### Task directions
The answer should be an exact repeat of the stretch of material below from the line containing "v13 (0,0,0)" through the line containing "v18 (-28.013751,3.125,0)".
[Start of section]
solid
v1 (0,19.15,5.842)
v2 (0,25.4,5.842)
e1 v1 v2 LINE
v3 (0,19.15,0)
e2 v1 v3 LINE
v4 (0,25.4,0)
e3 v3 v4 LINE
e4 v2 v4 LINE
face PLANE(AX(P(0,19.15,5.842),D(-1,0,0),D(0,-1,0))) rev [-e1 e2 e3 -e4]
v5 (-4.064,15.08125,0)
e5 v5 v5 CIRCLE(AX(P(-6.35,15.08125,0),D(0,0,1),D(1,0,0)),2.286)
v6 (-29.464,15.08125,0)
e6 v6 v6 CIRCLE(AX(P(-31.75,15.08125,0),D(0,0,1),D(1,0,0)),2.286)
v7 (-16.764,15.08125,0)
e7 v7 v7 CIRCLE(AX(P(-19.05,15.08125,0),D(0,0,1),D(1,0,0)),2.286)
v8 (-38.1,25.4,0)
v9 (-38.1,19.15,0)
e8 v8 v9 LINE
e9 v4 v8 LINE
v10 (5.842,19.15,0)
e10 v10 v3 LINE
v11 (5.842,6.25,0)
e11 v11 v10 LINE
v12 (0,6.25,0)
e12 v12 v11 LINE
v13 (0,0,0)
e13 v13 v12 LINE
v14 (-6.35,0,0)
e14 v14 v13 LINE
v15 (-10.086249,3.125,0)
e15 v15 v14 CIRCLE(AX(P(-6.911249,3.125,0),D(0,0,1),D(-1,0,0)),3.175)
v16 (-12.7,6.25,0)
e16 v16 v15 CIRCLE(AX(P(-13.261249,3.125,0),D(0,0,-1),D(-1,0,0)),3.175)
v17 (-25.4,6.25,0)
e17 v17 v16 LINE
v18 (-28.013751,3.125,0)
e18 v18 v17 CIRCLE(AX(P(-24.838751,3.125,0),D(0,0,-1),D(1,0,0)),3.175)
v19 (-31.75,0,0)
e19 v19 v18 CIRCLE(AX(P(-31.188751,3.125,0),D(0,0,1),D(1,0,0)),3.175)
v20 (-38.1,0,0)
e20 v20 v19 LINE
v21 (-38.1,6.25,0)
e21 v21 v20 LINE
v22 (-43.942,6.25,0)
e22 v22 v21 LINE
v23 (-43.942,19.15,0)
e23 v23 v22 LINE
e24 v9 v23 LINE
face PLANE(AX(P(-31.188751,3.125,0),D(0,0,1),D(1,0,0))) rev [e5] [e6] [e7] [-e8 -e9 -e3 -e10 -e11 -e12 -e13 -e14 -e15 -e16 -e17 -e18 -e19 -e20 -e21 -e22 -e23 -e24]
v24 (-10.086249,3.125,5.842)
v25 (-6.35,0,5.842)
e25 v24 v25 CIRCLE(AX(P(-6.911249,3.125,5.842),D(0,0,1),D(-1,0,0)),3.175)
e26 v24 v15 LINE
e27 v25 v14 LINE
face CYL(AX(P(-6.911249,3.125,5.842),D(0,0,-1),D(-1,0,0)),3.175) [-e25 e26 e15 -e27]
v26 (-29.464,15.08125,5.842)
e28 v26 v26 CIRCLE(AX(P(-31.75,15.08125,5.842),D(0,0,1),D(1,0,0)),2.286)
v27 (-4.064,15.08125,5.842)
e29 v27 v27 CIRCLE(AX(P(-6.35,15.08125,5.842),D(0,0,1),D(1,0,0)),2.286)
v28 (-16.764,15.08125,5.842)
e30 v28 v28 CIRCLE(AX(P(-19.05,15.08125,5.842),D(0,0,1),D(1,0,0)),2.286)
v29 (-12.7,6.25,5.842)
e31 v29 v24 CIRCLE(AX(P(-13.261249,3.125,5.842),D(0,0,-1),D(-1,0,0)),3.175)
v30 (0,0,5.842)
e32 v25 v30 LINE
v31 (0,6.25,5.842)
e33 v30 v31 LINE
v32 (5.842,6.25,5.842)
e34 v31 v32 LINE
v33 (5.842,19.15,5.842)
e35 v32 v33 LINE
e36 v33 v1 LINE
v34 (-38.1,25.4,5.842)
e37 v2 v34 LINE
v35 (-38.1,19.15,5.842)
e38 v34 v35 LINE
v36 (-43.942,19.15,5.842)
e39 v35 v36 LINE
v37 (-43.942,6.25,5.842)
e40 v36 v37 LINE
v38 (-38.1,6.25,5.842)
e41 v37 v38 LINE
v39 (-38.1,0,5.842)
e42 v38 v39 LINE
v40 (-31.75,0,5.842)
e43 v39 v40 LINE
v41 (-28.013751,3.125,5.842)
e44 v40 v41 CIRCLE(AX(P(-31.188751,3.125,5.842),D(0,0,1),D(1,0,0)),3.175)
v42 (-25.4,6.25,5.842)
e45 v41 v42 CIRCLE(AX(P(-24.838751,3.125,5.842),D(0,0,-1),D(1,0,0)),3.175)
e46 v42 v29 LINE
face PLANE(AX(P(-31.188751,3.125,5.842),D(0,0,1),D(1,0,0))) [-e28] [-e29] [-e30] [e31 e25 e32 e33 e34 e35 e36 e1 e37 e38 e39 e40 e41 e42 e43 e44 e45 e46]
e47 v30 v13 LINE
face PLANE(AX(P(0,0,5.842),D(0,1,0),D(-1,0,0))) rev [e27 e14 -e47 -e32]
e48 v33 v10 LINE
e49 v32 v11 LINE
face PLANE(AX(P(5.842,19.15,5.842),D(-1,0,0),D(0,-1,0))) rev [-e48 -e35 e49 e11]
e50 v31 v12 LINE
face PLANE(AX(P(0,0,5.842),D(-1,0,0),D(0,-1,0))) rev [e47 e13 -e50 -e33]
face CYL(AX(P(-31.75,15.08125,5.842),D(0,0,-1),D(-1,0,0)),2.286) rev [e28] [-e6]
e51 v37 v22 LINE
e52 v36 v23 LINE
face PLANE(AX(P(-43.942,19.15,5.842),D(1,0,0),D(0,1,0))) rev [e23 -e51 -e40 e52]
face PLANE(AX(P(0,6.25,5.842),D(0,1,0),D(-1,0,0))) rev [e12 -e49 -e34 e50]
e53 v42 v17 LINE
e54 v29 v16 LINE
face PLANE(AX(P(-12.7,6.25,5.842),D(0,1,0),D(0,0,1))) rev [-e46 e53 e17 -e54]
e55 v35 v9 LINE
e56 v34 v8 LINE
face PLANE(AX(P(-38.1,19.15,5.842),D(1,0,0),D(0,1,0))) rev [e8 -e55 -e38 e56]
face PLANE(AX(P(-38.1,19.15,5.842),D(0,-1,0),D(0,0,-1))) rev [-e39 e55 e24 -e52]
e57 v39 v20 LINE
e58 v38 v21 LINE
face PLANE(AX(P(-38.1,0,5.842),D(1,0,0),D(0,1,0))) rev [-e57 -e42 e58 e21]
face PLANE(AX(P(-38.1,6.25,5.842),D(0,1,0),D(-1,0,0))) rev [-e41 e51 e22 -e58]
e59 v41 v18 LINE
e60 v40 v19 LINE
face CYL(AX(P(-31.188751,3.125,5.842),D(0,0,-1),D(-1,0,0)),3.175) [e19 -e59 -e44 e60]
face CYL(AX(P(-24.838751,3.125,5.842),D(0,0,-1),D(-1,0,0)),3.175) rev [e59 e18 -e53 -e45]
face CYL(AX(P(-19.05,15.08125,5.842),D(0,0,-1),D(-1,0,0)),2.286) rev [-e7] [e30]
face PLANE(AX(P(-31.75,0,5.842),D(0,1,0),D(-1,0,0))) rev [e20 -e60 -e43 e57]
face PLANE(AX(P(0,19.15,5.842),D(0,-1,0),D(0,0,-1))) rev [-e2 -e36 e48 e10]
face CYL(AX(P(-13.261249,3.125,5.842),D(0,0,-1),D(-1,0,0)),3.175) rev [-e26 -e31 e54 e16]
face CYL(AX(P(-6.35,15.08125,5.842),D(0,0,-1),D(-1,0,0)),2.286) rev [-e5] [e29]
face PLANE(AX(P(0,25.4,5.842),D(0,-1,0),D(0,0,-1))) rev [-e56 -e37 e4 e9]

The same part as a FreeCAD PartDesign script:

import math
import FreeCAD as App
import Part
import Sketcher
from FreeCAD import Vector
Q = App.Units.Quantity

doc = App.newDocument("Part")
body = doc.addObject("PartDesign::Body", "Body")

sketch1 = body.newObject("Sketcher::SketchObject", "Sketch")
sketch1.AttachmentSupport = (doc.getObject("XY_Plane"), [""])
sketch1.MapMode = "FlatFace"
sketch1.addGeometry(Part.LineSegment(Vector(-6.3, 0, 0), Vector(0, 0, 0)), False)
sketch1.addGeometry(Part.LineSegment(Vector(0, 0, 0), Vector(0, 6.2, 0)), False)
sketch1.addGeometry(Part.LineSegment(Vector(0, 6.2, 0), Vector(5.8, 6.2, 0)), False)
sketch1.addGeometry(Part.LineSegment(Vector(5.8, 6.2, 0), Vector(5.8, 19.1, 0)), False)
sketch1.addGeometry(Part.LineSegment(Vector(5.8, 19.1, 0), Vector(0, 19.1, 0)), False)
sketch1.addGeometry(Part.LineSegment(Vector(0, 19.1, 0), Vector(0, 25.4, 0)), False)
sketch1.addGeometry(Part.LineSegment(Vector(0, 25.4, 0), Vector(-38.1, 25.4, 0)), False)
sketch1.addGeometry(Part.LineSegment(Vector(-38.1, 25.4, 0), Vector(-38.1, 19.1, 0)), False)
sketch1.addGeometry(Part.LineSegment(Vector(-38.1, 19.1, 0), Vector(-43.9, 19.1, 0)), False)
sketch1.addGeometry(Part.LineSegment(Vector(-43.9, 19.1, 0), Vector(-43.9, 6.2, 0)), False)
sketch1.addGeometry(Part.LineSegment(Vector(-43.9, 6.2, 0), Vector(-38.1, 6.2, 0)), False)
sketch1.addGeometry(Part.LineSegment(Vector(-38.1, 6.2, 0), Vector(-38.1, 0, 0)), False)
sketch1.addGeometry(Part.LineSegment(Vector(-38.1, 0, 0), Vector(-31.8, 0, 0)), False)
sketch1.addGeometry(Part.ArcOfCircle(Part.Circle(Vector(-31.2, 3.1, 0), Vector(0, 0, 1), 3.2), math.radians(-100), math.radians(0)), False)
sketch1.addGeometry(Part.ArcOfCircle(Part.Circle(Vector(-24.8, 3.1, 0), Vector(0, 0, 1), 3.2), math.radians(100), math.radians(180)), False)
sketch1.addGeometry(Part.LineSegment(Vector(-25.4, 6.2, 0), Vector(-12.7, 6.2, 0)), False)
sketch1.addGeometry(Part.ArcOfCircle(Part.Circle(Vector(-13.3, 3.1, 0), Vector(0, 0, 1), 3.2), math.radians(0), math.radians(80)), False)
sketch1.addGeometry(Part.ArcOfCircle(Part.Circle(Vector(-6.9, 3.1, 0), Vector(0, 0, 1), 3.2), math.radians(180), math.radians(280)), False)
sketch1.addGeometry(Part.Circle(Vector(-6.3, 15.1, 0), Vector(0, 0, 1), 2.3), False)
sketch1.addGeometry(Part.Circle(Vector(-19.1, 15.1, 0), Vector(0, 0, 1), 2.3), False)
sketch1.addGeometry(Part.Circle(Vector(-31.8, 15.1, 0), Vector(0, 0, 1), 2.3), False)
sketch1.addConstraint(Sketcher.Constraint("Coincident", 0, 2, 1, 1))
sketch1.addConstraint(Sketcher.Constraint("Coincident", 1, 2, 2, 1))
sketch1.addConstraint(Sketcher.Constraint("Coincident", 2, 2, 3, 1))
sketch1.addConstraint(Sketcher.Constraint("Coincident", 3, 2, 4, 1))
sketch1.addConstraint(Sketcher.Constraint("Coincident", 4, 2, 5, 1))
sketch1.addConstraint(Sketcher.Constraint("Coincident", 5, 2, 6, 1))
sketch1.addConstraint(Sketcher.Constraint("Coincident", 6, 2, 7, 1))
sketch1.addConstraint(Sketcher.Constraint("Coincident", 7, 2, 8, 1))
sketch1.addConstraint(Sketcher.Constraint("Coincident", 8, 2, 9, 1))
sketch1.addConstraint(Sketcher.Constraint("Coincident", 9, 2, 10, 1))
sketch1.addConstraint(Sketcher.Constraint("Coincident", 10, 2, 11, 1))
sketch1.addConstraint(Sketcher.Constraint("Coincident", 11, 2, 12, 1))
sketch1.addConstraint(Sketcher.Constraint("Coincident", 12, 2, 13, 1))
sketch1.addConstraint(Sketcher.Constraint("Tangent", 13, 2, 14, 2))
sketch1.addConstraint(Sketcher.Constraint("Coincident", 14, 1, 15, 1))
sketch1.addConstraint(Sketcher.Constraint("Coincident", 15, 2, 16, 2))
sketch1.addConstraint(Sketcher.Constraint("Tangent", 16, 1, 17, 1))
sketch1.addConstraint(Sketcher.Constraint("Coincident", 17, 2, 0, 1))
sketch1.addConstraint(Sketcher.Constraint("Horizontal", 0))
sketch1.addConstraint(Sketcher.Constraint("Vertical", 1))
sketch1.addConstraint(Sketcher.Constraint("Horizontal", 2))
sketch1.addConstraint(Sketcher.Constraint("Vertical", 3))
sketch1.addConstraint(Sketcher.Constraint("Horizontal", 4))
sketch1.addConstraint(Sketcher.Constraint("Vertical", 5))
sketch1.addConstraint(Sketcher.Constraint("Horizontal", 6))
sketch1.addConstraint(Sketcher.Constraint("Vertical", 7))
sketch1.addConstraint(Sketcher.Constraint("Horizontal", 8))
sketch1.addConstraint(Sketcher.Constraint("Vertical", 9))
sketch1.addConstraint(Sketcher.Constraint("Horizontal", 10))
sketch1.addConstraint(Sketcher.Constraint("Vertical", 11))
sketch1.addConstraint(Sketcher.Constraint("Horizontal", 12))
sketch1.addConstraint(Sketcher.Constraint("Horizontal", 15))
sketch1.addConstraint(Sketcher.Constraint("Coincident", 0, 2, -1, 1))
sketch1.addConstraint(Sketcher.Constraint("Equal", 13, 14))
sketch1.addConstraint(Sketcher.Constraint("Equal", 14, 16))
sketch1.addConstraint(Sketcher.Constraint("Equal", 16, 17))
sketch1.addConstraint(Sketcher.Constraint("Equal", 18, 19))
sketch1.addConstraint(Sketcher.Constraint("Equal", 19, 20))
sketch1.addConstraint(Sketcher.Constraint("PointOnObject", 4, 2, -2))
sketch1.addConstraint(Sketcher.Constraint("PointOnObject", 11, 2, -1))
sketch1.addConstraint(Sketcher.Constraint("Horizontal", 13, 3, 14, 3))
sketch1.addConstraint(Sketcher.Constraint("Horizontal", 14, 3, 16, 3))
sketch1.addConstraint(Sketcher.Constraint("Horizontal", 16, 3, 17, 3))
sketch1.addConstraint(Sketcher.Constraint("Horizontal", 18, 3, 19, 3))
sketch1.addConstraint(Sketcher.Constraint("Horizontal", 19, 3, 20, 3))
sketch1.addConstraint(Sketcher.Constraint("Horizontal", 4, 2, 7, 2))
sketch1.addConstraint(Sketcher.Constraint("Horizontal", 2, 2, 9, 2))
sketch1.addConstraint(Sketcher.Constraint("Horizontal", 10, 2, 14, 1))
sketch1.addConstraint(Sketcher.Constraint("Vertical", 7, 2, 10, 2))
sketch1.addConstraint(Sketcher.Constraint("Vertical", 20, 3, 12, 2))
sketch1.addConstraint(Sketcher.Constraint("Vertical", 18, 3, 17, 2))
sketch1.addConstraint(Sketcher.Constraint("Equal", 4, 8))
sketch1.addConstraint(Sketcher.Constraint("Equal", 0, 12))
sketch1.addConstraint(Sketcher.Constraint("Equal", 1, 5))
sketch1.addConstraint(Sketcher.Constraint("Diameter", 18, Q("0.18 in")))
sketch1.addConstraint(Sketcher.Constraint("DistanceX", 6, 2, 6, 1, Q("1.5 in")))
sketch1.addConstraint(Sketcher.Constraint("DistanceX", 15, 1, 15, 2, Q("0.5 in")))
sketch1.addConstraint(Sketcher.Constraint("DistanceY", -1, 1, 5, 2, Q("1 in")))
sketch1.addConstraint(Sketcher.Constraint("Radius", 13, Q("0.125 in")))
sketch1.addConstraint(Sketcher.Constraint("DistanceX", 20, 3, 18, 3, Q("1 in")))
sketch1.addConstraint(Sketcher.Constraint("DistanceX", 2, 1, 2, 2, Q("0.23 in")))
sketch1.addConstraint(Sketcher.Constraint("DistanceX", 19, 3, 18, 3, Q("0.5 in")))
sketch1.addConstraint(Sketcher.Constraint("DistanceY", -1, 1, 18, 3, Q("0.59375 in")))
sketch1.addConstraint(Sketcher.Constraint("DistanceY", 1, 1, 1, 2, Q("6.25 mm")))
pad1 = body.newObject("PartDesign::Pad", "Pad")
pad1.Profile = sketch1
pad1.Length = Q("0.23 in")

doc.recompute()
[End of section]
### Solution to this task
v13 (0,0,0)
e13 v13 v12 LINE
v14 (-6.35,0,0)
e14 v14 v13 LINE
v15 (-10.086249,3.125,0)
e15 v15 v14 CIRCLE(AX(P(-6.911249,3.125,0),D(0,0,1),D(-1,0,0)),3.175)
v16 (-12.7,6.25,0)
e16 v16 v15 CIRCLE(AX(P(-13.261249,3.125,0),D(0,0,-1),D(-1,0,0)),3.175)
v17 (-25.4,6.25,0)
e17 v17 v16 LINE
v18 (-28.013751,3.125,0)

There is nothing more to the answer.